Measurement of intracellular chloride in guinea-pig vas deferens by ion analysis, 36chloride efflux and micro-electrodes.

1. Cl-sensitive micro-electrodes were used to measure the intracellular Cl activity (a(Cl) (i)) in smooth muscle cells of the guinea-pig vas deferens. The values obtained were compared with those of intracellular Cl (Cl(i)) found by both ion analysis and (36)Cl efflux.2. Various combinations of filling solution for recording membrane potential (E(m)), and type of micro-electrode were tested. The most successful, which allowed continuous recording of a(Cl) (i) for several hours, was a double-barrelled electrode using the reference liquid ion exchanger (RLIE; Thomas & Cohen, 1981). However, a(Cl) (i) measured both by simultaneous impalements of separate cells with Cl-sensitive and conventional micro-electrodes, and by double-barrelled micro-electrodes, was about 42 mM in normal Krebs solution. This is five times higher than the value from a passive distribution.

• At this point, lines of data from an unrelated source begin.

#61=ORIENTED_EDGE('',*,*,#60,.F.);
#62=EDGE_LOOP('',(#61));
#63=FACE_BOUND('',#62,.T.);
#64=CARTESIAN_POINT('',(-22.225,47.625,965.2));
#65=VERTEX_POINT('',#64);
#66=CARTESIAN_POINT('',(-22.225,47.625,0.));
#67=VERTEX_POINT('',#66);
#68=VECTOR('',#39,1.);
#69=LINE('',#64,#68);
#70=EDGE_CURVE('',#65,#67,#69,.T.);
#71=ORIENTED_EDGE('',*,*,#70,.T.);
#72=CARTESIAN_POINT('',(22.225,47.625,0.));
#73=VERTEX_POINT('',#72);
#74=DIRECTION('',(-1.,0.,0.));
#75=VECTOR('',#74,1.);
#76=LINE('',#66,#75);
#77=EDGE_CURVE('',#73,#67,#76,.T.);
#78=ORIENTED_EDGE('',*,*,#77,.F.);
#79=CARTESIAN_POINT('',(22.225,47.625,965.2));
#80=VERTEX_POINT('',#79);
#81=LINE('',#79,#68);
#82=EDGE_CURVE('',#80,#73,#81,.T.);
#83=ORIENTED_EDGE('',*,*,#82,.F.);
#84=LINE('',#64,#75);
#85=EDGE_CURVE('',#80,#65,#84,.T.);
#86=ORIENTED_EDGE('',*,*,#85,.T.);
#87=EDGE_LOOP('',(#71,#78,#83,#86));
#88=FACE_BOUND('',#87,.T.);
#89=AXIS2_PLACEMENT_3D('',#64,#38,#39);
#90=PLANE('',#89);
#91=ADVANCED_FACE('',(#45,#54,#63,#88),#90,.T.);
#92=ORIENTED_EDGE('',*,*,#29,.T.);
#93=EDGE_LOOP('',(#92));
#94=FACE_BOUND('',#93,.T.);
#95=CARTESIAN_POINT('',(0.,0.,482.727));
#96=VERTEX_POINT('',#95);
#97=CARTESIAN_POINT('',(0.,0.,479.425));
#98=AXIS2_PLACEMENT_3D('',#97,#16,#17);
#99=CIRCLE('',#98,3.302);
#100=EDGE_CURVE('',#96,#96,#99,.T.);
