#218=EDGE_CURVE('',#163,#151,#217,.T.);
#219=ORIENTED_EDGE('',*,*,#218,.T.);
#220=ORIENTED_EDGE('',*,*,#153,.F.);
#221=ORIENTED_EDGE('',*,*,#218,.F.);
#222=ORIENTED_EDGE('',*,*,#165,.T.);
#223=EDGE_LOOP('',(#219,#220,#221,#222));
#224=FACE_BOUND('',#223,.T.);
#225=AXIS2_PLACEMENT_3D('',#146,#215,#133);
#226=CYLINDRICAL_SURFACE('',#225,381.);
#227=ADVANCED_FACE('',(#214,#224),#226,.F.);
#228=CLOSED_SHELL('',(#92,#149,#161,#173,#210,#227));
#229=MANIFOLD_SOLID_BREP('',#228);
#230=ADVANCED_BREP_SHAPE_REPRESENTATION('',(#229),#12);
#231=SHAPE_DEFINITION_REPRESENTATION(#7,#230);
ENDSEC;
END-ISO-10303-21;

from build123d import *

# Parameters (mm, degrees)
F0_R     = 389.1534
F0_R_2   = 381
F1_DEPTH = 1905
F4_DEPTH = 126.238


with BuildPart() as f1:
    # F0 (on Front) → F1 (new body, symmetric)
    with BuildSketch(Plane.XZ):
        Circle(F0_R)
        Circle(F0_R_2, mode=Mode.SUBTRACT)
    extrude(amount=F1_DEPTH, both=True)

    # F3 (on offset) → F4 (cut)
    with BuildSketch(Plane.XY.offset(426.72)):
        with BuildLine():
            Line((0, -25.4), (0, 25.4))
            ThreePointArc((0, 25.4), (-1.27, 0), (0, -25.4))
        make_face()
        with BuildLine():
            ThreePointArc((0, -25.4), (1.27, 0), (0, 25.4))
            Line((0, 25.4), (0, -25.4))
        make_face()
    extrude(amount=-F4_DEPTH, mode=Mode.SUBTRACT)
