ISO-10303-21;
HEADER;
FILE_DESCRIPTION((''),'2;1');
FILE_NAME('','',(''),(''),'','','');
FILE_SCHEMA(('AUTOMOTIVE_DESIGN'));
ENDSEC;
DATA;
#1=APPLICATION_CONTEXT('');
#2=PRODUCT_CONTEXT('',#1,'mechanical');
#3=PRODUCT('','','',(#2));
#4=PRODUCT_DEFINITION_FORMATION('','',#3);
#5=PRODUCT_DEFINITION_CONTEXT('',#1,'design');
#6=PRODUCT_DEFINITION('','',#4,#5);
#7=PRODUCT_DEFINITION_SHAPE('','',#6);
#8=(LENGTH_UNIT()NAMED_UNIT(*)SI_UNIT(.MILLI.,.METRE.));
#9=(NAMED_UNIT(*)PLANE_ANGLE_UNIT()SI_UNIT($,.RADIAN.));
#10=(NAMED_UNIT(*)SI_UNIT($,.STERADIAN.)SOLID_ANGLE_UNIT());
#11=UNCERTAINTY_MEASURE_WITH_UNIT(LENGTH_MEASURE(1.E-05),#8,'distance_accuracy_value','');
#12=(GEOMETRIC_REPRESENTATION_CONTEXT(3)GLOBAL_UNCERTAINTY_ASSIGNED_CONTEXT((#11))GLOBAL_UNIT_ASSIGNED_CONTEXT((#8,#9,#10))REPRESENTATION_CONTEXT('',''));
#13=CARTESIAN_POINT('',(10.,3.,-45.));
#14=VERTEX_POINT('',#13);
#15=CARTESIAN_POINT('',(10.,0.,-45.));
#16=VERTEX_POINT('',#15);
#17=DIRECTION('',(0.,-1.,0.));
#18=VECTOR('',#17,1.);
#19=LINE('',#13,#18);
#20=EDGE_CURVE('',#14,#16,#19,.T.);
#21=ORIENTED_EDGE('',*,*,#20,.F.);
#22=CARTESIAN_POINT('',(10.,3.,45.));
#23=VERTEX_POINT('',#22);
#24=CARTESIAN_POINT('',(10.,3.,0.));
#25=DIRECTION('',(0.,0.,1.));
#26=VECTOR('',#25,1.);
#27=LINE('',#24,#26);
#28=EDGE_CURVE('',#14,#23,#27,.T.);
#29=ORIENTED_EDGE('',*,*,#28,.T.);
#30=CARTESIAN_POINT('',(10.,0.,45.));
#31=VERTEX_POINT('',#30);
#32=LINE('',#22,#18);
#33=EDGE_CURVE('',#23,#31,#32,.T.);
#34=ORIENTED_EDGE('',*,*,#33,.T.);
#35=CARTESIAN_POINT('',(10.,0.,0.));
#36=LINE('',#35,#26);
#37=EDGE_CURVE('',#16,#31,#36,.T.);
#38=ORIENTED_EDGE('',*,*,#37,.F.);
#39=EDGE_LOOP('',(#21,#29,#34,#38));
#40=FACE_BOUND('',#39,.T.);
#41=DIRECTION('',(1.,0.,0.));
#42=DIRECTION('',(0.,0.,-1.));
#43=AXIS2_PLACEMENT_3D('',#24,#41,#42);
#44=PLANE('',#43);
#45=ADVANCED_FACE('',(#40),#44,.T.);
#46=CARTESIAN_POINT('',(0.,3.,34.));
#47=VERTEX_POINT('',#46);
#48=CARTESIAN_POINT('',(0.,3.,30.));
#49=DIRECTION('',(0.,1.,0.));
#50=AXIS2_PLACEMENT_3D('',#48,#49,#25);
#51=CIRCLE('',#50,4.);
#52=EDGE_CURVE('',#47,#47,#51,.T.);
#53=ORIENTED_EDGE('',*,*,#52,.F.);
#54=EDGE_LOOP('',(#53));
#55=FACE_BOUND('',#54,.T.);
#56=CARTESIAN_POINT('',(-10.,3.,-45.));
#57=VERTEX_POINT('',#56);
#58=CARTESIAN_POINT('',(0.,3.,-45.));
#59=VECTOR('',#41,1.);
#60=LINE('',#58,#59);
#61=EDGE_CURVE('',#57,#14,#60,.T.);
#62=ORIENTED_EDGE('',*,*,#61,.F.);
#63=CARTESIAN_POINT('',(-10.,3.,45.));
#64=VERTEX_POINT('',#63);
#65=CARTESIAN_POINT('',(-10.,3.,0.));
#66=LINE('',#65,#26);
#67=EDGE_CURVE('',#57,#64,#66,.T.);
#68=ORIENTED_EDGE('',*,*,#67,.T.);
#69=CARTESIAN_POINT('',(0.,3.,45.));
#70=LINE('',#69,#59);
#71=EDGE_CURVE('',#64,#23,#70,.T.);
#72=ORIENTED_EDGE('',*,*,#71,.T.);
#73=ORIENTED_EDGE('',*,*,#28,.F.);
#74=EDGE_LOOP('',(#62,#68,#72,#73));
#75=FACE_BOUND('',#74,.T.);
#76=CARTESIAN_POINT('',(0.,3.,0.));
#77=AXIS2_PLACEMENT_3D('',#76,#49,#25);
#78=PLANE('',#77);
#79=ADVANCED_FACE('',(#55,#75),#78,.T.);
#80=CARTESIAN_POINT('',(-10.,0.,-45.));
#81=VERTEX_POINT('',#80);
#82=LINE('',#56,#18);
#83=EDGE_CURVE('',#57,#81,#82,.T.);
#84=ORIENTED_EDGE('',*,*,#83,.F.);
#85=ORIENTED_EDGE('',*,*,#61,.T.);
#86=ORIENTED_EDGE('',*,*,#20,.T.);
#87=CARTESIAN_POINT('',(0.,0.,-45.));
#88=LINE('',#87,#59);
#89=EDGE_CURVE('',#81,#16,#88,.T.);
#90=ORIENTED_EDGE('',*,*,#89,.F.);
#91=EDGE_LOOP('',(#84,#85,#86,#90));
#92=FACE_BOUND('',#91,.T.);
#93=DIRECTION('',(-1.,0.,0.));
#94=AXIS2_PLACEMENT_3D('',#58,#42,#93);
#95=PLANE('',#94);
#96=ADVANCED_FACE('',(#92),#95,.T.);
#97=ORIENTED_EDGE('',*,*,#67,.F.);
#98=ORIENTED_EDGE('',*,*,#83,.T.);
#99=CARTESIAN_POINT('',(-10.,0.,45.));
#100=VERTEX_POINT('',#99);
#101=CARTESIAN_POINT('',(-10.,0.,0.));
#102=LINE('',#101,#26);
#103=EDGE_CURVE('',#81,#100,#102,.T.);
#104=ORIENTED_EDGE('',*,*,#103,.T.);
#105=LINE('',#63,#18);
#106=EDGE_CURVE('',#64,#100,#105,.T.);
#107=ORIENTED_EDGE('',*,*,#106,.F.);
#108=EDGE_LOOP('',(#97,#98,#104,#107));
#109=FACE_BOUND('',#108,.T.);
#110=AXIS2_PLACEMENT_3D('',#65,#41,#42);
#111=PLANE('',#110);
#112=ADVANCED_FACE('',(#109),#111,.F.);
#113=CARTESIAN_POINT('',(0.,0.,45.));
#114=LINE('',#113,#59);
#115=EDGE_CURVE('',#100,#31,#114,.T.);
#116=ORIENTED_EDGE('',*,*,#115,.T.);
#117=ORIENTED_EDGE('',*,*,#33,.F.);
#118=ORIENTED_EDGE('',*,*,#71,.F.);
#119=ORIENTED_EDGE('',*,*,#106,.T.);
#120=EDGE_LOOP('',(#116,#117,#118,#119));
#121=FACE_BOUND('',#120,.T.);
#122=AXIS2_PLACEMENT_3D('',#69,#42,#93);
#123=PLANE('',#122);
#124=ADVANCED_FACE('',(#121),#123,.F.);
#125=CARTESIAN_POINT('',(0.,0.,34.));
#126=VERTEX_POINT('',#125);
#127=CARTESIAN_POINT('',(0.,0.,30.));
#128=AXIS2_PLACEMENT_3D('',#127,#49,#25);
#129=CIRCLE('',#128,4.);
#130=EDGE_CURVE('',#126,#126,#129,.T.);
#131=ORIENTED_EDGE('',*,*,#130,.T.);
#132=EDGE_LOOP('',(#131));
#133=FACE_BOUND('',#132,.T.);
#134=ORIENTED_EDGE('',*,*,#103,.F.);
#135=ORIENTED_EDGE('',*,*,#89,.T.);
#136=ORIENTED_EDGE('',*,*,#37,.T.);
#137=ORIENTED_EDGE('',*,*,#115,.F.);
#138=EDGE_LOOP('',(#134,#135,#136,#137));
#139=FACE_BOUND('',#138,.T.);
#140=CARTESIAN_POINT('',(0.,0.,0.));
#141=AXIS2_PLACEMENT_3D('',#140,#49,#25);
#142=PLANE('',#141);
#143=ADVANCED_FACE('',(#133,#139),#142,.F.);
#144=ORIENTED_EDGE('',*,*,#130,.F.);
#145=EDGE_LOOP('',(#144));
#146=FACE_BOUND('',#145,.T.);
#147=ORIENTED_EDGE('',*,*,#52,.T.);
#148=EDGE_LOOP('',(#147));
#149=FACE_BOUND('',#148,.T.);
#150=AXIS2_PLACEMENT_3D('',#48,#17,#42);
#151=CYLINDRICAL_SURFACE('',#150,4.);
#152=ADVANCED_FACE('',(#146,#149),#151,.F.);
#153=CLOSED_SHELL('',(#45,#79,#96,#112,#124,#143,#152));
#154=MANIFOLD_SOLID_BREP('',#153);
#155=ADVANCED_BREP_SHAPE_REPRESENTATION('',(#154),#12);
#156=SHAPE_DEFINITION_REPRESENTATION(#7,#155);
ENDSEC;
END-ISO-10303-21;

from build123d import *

# Parameters (mm, degrees)
SKETCH1_W           = 20
SKETCH1_H           = 90
SKETCH1_R           = 4
BOSS_EXTRUDE1_DEPTH = 3


with BuildPart() as part:
    # Sketch1 → Boss-Extrude1 (new body)
    with BuildSketch(Plane(origin=(0, 0, 0), x_dir=(1, 0, 0), z_dir=(0, 1, 0))):
        Rectangle(SKETCH1_W, SKETCH1_H)
        with Locations(Location((0, -30, 0), (0, 0, 270))):
            Circle(SKETCH1_R, mode=Mode.SUBTRACT)
    extrude(amount=BOSS_EXTRUDE1_DEPTH)


solid = part.part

E(Cl) was about -24 mV, more than 40 mV positive to E(m).3. On complete removal of extracellular Cl (Cl(o)), a(Cl) (i) fell to an apparent level of about 3 mM. If this represents interference from other anions, the maximum error in E(Cl) measured in normal Krebs solution is 2.5 mV. Replacement of Cl(o) caused a rapid increase in a(Cl) (i). This must be caused by an active transport of Cl(-) ions into the cell against their electrochemical gradient.4. The stabilized values of a(Cl) (i) measured at different levels of Cl(o) agree surprisingly well with a(Cl) (i) estimated from ion analysis and (36)Cl efflux, assuming that the intracellular activity coefficient was the same as measured in the normal Krebs solution. The relationship of a(Cl) (i) to Cl(o) was hyperbolic.5. It is concluded that Cl-sensitive micro-electrodes accurately measure a(Cl) (i) in smooth muscle cells. The remarkable agreement between the direct and indirect methods of measuring Cl(i) suggests that Cl(-) ions are not bound to a significant extent and that the compartment seen by the micro-electrodes is probably representative of the whole cell.